* **WHAT YOU ARE ASKED TO DO**:
Below are lines of data, and only some are wanted. Please repeat exactly those from the line that has "#275=ORIENTED_EDGE('',*,*,#274,.T.);" through the line that has "#293=ORIENTED_EDGE('',*,*,#206,.T.);".

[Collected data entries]
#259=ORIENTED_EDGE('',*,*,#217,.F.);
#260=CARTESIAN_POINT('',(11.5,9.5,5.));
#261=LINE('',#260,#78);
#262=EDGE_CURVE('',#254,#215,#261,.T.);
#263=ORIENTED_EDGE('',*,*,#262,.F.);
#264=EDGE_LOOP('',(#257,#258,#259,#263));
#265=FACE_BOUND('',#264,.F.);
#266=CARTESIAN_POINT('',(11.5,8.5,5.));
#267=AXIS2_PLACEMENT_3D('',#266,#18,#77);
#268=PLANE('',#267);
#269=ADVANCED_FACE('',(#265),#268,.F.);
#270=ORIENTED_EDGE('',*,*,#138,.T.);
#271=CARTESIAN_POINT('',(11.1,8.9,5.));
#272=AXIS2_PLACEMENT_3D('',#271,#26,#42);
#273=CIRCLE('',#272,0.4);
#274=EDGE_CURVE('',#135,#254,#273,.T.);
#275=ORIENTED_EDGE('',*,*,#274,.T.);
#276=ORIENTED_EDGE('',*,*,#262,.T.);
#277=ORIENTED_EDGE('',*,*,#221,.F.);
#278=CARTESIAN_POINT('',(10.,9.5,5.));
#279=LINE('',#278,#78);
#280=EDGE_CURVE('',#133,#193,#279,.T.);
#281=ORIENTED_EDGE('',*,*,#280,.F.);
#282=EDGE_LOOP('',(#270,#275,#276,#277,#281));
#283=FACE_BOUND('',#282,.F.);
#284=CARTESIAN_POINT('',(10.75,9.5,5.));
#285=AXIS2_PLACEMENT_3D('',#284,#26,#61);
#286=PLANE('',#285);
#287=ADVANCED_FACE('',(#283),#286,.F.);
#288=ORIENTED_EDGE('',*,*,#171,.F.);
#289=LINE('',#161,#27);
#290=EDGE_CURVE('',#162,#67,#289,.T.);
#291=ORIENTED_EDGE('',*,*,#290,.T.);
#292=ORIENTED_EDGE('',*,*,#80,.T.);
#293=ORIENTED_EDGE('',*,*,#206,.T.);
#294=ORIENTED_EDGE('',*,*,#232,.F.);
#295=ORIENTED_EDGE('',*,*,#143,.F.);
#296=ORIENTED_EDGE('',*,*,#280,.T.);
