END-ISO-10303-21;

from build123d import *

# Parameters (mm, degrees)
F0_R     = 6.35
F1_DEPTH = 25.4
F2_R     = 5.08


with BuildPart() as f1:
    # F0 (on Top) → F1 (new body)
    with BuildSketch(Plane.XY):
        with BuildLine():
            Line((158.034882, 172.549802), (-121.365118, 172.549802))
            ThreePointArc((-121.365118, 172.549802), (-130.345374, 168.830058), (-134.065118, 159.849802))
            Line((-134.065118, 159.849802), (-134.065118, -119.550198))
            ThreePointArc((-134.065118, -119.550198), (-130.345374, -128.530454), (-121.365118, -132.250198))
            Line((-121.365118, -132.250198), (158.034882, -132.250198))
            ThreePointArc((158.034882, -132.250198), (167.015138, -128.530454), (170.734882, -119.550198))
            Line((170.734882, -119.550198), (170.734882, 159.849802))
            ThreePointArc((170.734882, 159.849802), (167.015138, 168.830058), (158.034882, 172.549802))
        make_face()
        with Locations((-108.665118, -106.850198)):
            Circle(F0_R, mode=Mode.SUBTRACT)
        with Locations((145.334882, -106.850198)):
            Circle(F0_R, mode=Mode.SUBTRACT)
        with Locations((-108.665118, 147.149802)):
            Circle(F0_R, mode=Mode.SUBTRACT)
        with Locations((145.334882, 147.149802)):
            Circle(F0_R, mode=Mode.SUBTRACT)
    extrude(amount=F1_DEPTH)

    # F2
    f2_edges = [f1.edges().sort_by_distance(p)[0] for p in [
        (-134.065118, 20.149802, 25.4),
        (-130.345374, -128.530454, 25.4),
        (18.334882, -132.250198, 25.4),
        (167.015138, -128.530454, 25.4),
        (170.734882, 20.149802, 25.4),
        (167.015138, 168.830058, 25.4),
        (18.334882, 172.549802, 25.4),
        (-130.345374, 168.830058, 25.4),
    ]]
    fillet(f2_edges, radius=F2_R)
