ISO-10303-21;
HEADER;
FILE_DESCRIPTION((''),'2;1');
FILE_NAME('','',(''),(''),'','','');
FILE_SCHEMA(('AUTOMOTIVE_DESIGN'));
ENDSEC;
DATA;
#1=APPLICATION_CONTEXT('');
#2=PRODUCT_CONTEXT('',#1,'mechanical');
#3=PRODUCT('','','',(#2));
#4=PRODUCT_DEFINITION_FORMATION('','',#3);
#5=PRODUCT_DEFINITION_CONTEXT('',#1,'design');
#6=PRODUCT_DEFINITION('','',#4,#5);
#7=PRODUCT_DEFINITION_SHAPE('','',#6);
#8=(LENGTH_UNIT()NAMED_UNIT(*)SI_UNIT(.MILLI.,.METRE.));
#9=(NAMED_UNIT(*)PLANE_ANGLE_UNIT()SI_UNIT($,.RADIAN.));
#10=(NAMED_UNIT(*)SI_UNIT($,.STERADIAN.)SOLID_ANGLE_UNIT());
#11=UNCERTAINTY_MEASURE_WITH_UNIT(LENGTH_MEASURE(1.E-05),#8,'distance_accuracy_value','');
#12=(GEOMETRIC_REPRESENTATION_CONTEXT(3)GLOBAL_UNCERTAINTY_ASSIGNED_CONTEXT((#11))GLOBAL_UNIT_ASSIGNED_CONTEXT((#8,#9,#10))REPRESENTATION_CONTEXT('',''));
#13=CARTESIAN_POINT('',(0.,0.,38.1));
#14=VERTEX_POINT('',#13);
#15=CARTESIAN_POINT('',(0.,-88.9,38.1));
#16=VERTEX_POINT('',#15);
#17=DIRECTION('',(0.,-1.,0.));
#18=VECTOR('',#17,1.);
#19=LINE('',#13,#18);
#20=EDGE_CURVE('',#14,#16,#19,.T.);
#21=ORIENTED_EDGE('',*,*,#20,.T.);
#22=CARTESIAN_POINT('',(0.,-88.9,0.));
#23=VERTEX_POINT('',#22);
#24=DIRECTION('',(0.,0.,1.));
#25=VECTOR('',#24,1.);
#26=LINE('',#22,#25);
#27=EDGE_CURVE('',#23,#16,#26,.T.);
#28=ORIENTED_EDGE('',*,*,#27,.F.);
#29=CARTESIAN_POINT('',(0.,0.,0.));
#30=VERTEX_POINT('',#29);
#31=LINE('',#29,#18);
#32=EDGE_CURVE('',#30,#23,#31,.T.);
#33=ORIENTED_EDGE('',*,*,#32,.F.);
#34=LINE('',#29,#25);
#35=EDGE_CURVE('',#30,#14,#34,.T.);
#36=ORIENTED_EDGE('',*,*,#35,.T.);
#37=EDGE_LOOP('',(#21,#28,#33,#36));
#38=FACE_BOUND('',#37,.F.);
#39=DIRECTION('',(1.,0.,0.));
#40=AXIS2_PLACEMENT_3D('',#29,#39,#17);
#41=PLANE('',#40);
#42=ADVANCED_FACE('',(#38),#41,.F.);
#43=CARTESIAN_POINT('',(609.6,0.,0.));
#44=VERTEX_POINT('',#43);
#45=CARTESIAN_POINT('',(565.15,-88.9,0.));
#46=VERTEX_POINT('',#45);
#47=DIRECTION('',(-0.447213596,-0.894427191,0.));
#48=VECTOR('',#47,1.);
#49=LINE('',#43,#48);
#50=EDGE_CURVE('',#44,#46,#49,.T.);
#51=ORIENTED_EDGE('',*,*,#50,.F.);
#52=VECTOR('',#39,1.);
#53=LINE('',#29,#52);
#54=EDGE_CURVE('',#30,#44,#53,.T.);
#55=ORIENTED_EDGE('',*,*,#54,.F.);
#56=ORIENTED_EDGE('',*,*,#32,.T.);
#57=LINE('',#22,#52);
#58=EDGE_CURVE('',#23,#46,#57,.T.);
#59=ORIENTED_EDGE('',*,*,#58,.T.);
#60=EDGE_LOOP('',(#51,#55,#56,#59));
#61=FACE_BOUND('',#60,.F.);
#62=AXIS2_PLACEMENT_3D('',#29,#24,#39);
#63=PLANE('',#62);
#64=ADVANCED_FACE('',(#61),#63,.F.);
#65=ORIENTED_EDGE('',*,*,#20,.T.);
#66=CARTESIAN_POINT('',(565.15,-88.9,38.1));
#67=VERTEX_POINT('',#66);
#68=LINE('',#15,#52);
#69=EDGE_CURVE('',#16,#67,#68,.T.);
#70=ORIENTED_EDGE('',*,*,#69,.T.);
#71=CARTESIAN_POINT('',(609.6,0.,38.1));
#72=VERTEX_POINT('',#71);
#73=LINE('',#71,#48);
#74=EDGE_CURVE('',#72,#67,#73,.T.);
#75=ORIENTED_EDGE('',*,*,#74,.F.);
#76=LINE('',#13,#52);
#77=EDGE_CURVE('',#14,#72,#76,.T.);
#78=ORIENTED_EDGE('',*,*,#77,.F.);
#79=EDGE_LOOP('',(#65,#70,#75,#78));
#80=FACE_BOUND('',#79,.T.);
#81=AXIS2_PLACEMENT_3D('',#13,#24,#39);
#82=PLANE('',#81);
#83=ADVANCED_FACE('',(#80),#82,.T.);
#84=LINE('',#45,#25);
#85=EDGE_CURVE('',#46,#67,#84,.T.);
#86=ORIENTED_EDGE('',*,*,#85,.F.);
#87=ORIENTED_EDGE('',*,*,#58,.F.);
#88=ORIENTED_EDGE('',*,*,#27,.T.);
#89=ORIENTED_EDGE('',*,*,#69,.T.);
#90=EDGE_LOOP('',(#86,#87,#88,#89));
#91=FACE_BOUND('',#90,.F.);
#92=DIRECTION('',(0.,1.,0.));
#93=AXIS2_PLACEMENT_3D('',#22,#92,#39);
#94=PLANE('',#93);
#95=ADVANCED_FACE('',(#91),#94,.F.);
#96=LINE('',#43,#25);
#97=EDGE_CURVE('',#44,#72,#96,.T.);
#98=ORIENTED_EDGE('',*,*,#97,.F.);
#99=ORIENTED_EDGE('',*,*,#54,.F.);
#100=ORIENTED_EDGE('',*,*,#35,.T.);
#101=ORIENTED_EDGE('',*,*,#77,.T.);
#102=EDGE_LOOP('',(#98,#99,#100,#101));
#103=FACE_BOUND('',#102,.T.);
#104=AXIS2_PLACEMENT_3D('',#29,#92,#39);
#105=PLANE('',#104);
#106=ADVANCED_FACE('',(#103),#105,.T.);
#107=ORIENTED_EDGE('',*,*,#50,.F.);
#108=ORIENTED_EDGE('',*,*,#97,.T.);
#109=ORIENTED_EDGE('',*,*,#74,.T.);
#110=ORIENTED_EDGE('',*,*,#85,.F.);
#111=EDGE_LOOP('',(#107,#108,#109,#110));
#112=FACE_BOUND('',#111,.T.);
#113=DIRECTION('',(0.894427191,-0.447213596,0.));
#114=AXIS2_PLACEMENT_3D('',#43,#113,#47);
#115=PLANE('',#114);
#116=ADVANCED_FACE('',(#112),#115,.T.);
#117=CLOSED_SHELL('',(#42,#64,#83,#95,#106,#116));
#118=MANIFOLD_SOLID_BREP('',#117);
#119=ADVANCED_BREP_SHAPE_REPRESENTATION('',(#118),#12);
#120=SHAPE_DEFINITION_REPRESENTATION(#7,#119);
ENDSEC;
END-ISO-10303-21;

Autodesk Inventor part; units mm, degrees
ref_plane "YZ Plane" through (0, 0, 0) normal (1, 0, 0) x (0, 1, 0)
ref_plane "XZ Plane" through (0, 0, 0) normal (0, 1, 0) x (-1, 0, 0)
ref_plane "XY Plane" through (0, 0, 0) normal (0, 0, 1) x (1, 0, 0)
sketch "Sketch1" plane through (0, 0, 0) normal (0, 0, 1) x (1, 0, 0)
  line L0 (0, 0) -> (0, -1219.2)
  line L1 (0, 0) -> (609.6, 0)
  line L2 (609.6, 0) -> (0, -1219.2)
  line L3 (0, 0) -> (0, -88.9)
  line L4 (0, -88.9) -> (565.15, -88.9)
  dimension "d8" = 1219.2
  dimension "d9" = 609.6
  dimension "d10" = 88.9
extrude "Extrusion1" add sketch "Sketch1" along normal blind 38.1 contours L1 L2 L4 L0
properties part number "S_2x4x24"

* **ANSWER SECTION**:
#275=ORIENTED_EDGE('',*,*,#274,.T.);
#276=ORIENTED_EDGE('',*,*,#262,.T.);
#277=ORIENTED_EDGE('',*,*,#221,.F.);
#278=CARTESIAN_POINT('',(10.,9.5,5.));
#279=LINE('',#278,#78);
#280=EDGE_CURVE('',#133,#193,#279,.T.);
#281=ORIENTED_EDGE('',*,*,#280,.F.);
#282=EDGE_LOOP('',(#270,#275,#276,#277,#281));
#283=FACE_BOUND('',#282,.F.);
#284=CARTESIAN_POINT('',(10.75,9.5,5.));
#285=AXIS2_PLACEMENT_3D('',#284,#26,#61);
#286=PLANE('',#285);
#287=ADVANCED_FACE('',(#283),#286,.F.);
#288=ORIENTED_EDGE('',*,*,#171,.F.);
#289=LINE('',#161,#27);
#290=EDGE_CURVE('',#162,#67,#289,.T.);
#291=ORIENTED_EDGE('',*,*,#290,.T.);
#292=ORIENTED_EDGE('',*,*,#80,.T.);
#293=ORIENTED_EDGE('',*,*,#206,.T.);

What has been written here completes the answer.